• _Work to complete_
The records below must be duplicated exactly, character for character.

*** Given records Section Begins ***

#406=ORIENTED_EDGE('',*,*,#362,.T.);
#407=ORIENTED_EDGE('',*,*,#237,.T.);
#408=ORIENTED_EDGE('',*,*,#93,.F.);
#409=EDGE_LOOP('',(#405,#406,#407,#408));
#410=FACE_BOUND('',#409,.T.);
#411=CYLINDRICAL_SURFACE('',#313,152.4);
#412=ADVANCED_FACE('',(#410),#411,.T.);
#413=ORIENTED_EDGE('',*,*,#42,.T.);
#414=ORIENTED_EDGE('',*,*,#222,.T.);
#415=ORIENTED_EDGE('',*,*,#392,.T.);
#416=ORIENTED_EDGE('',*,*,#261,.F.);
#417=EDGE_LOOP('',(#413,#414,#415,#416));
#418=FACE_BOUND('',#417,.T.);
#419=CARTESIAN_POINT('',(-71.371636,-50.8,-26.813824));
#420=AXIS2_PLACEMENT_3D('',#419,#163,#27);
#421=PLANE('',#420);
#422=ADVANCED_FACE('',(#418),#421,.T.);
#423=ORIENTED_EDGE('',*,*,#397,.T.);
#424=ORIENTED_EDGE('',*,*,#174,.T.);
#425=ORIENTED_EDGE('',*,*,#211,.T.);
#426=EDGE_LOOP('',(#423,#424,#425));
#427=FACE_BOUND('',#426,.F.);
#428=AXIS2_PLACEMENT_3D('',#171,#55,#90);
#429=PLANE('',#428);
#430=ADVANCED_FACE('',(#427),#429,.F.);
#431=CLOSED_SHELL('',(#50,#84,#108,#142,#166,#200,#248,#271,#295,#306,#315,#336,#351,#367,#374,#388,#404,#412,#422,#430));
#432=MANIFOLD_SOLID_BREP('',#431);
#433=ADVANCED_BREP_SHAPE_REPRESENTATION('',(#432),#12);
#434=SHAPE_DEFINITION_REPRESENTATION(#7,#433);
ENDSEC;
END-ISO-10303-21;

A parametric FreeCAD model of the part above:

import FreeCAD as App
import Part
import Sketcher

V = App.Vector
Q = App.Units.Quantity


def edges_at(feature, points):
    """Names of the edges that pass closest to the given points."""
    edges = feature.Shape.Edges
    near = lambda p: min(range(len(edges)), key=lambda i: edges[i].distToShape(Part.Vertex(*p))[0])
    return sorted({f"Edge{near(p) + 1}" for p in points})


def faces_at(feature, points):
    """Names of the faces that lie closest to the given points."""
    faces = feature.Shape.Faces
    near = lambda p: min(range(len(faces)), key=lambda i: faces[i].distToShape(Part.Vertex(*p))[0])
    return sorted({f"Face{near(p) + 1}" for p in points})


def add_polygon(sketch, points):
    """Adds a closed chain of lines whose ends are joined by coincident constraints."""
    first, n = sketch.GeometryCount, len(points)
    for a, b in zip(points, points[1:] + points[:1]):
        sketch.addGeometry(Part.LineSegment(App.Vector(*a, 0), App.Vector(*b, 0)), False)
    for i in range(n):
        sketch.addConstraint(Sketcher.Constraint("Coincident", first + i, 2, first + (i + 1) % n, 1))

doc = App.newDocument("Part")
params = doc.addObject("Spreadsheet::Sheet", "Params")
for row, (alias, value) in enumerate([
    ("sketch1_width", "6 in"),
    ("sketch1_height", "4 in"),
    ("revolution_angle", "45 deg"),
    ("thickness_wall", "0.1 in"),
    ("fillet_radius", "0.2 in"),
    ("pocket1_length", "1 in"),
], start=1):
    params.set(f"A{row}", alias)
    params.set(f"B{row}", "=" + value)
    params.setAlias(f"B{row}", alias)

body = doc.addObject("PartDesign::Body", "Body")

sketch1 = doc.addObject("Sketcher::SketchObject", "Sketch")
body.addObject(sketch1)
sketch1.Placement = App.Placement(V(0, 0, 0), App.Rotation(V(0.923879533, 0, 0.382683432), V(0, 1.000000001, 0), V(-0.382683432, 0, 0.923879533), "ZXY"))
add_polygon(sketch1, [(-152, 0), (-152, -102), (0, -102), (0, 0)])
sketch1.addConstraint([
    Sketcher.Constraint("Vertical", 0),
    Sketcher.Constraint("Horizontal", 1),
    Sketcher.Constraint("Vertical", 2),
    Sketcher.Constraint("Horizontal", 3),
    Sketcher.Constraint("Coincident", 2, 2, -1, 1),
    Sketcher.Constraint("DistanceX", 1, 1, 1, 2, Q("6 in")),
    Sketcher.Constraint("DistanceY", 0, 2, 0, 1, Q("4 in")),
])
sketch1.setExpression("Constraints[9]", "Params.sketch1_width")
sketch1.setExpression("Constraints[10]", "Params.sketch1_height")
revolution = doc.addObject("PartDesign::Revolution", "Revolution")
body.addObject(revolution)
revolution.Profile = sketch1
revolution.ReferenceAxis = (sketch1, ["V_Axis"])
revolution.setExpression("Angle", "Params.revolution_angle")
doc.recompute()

*** Given records Section Ends ***

• _Exercise answer_
#406=ORIENTED_EDGE('',*,*,#362,.T.);
#407=ORIENTED_EDGE('',*,*,#237,.T.);
#408=ORIENTED_EDGE('',*,*,#93,.F.);
#409=EDGE_LOOP('',(#405,#406,#407,#408));
#410=FACE_BOUND('',#409,.T.);
#411=CYLINDRICAL_SURFACE('',#313,152.4);
#412=ADVANCED_FACE('',(#410),#411,.T.);
#413=ORIENTED_EDGE('',*,*,#42,.T.);
#414=ORIENTED_EDGE('',*,*,#222,.T.);
#415=ORIENTED_EDGE('',*,*,#392,.T.);
#416=ORIENTED_EDGE('',*,*,#261,.F.);
#417=EDGE_LOOP('',(#413,#414,#415,#416));
#418=FACE_BOUND('',#417,.T.);
#419=CARTESIAN_POINT('',(-71.371636,-50.8,-26.813824));
#420=AXIS2_PLACEMENT_3D('',#419,#163,#27);
#421=PLANE('',#420);
#422=ADVANCED_FACE('',(#418),#421,.T.);
#423=ORIENTED_EDGE('',*,*,#397,.T.);
#424=ORIENTED_EDGE('',*,*,#174,.T.);
#425=ORIENTED_EDGE('',*,*,#211,.T.);
#426=EDGE_LOOP('',(#423,#424,#425));
#427=FACE_BOUND('',#426,.F.);
#428=AXIS2_PLACEMENT_3D('',#171,#55,#90);
#429=PLANE('',#428);
#430=ADVANCED_FACE('',(#427),#429,.F.);
#431=CLOSED_SHELL('',(#50,#84,#108,#142,#166,#200,#248,#271,#295,#306,#315,#336,#351,#367,#374,#388,#404,#412,#422,#430));
#432=MANIFOLD_SOLID_BREP('',#431);
#433=ADVANCED_BREP_SHAPE_REPRESENTATION('',(#432),#12);
#434=SHAPE_DEFINITION_REPRESENTATION(#7,#433);
ENDSEC;
END-ISO-10303-21;

A parametric FreeCAD model of the part above:

import FreeCAD as App
import Part
import Sketcher

V = App.Vector
Q = App.Units.Quantity


def edges_at(feature, points):
    """Names of the edges that pass closest to the given points."""
    edges = feature.Shape.Edges
    near = lambda p: min(range(len(edges)), key=lambda i: edges[i].distToShape(Part.Vertex(*p))[0])
    return sorted({f"Edge{near(p) + 1}" for p in points})


def faces_at(feature, points):
    """Names of the faces that lie closest to the given points."""
    faces = feature.Shape.Faces
    near = lambda p: min(range(len(faces)), key=lambda i: faces[i].distToShape(Part.Vertex(*p))[0])
    return sorted({f"Face{near(p) + 1}" for p in points})


def add_polygon(sketch, points):
    """Adds a closed chain of lines whose ends are joined by coincident constraints."""
    first, n = sketch.GeometryCount, len(points)
    for a, b in zip(points, points[1:] + points[:1]):
        sketch.addGeometry(Part.LineSegment(App.Vector(*a, 0), App.Vector(*b, 0)), False)
    for i in range(n):
        sketch.addConstraint(Sketcher.Constraint("Coincident", first + i, 2, first + (i + 1) % n, 1))

doc = App.newDocument("Part")
params = doc.addObject("Spreadsheet::Sheet", "Params")
for row, (alias, value) in enumerate([
    ("sketch1_width", "6 in"),
    ("sketch1_height", "4 in"),
    ("revolution_angle", "45 deg"),
    ("thickness_wall", "0.1 in"),
    ("fillet_radius", "0.2 in"),
    ("pocket1_length", "1 in"),
], start=1):
    params.set(f"A{row}", alias)
    params.set(f"B{row}", "=" + value)
    params.setAlias(f"B{row}", alias)

body = doc.addObject("PartDesign::Body", "Body")

sketch1 = doc.addObject("Sketcher::SketchObject", "Sketch")
body.addObject(sketch1)
sketch1.Placement = App.Placement(V(0, 0, 0), App.Rotation(V(0.923879533, 0, 0.382683432), V(0, 1.000000001, 0), V(-0.382683432, 0, 0.923879533), "ZXY"))
add_polygon(sketch1, [(-152, 0), (-152, -102), (0, -102), (0, 0)])
sketch1.addConstraint([
    Sketcher.Constraint("Vertical", 0),
    Sketcher.Constraint("Horizontal", 1),
    Sketcher.Constraint("Vertical", 2),
    Sketcher.Constraint("Horizontal", 3),
    Sketcher.Constraint("Coincident", 2, 2, -1, 1),
    Sketcher.Constraint("DistanceX", 1, 1, 1, 2, Q("6 in")),
    Sketcher.Constraint("DistanceY", 0, 2, 0, 1, Q("4 in")),
])
sketch1.setExpression("Constraints[9]", "Params.sketch1_width")
sketch1.setExpression("Constraints[10]", "Params.sketch1_height")
revolution = doc.addObject("PartDesign::Revolution", "Revolution")
body.addObject(revolution)
revolution.Profile = sketch1
revolution.ReferenceAxis = (sketch1, ["V_Axis"])
revolution.setExpression("Angle", "Params.revolution_angle")
doc.recompute()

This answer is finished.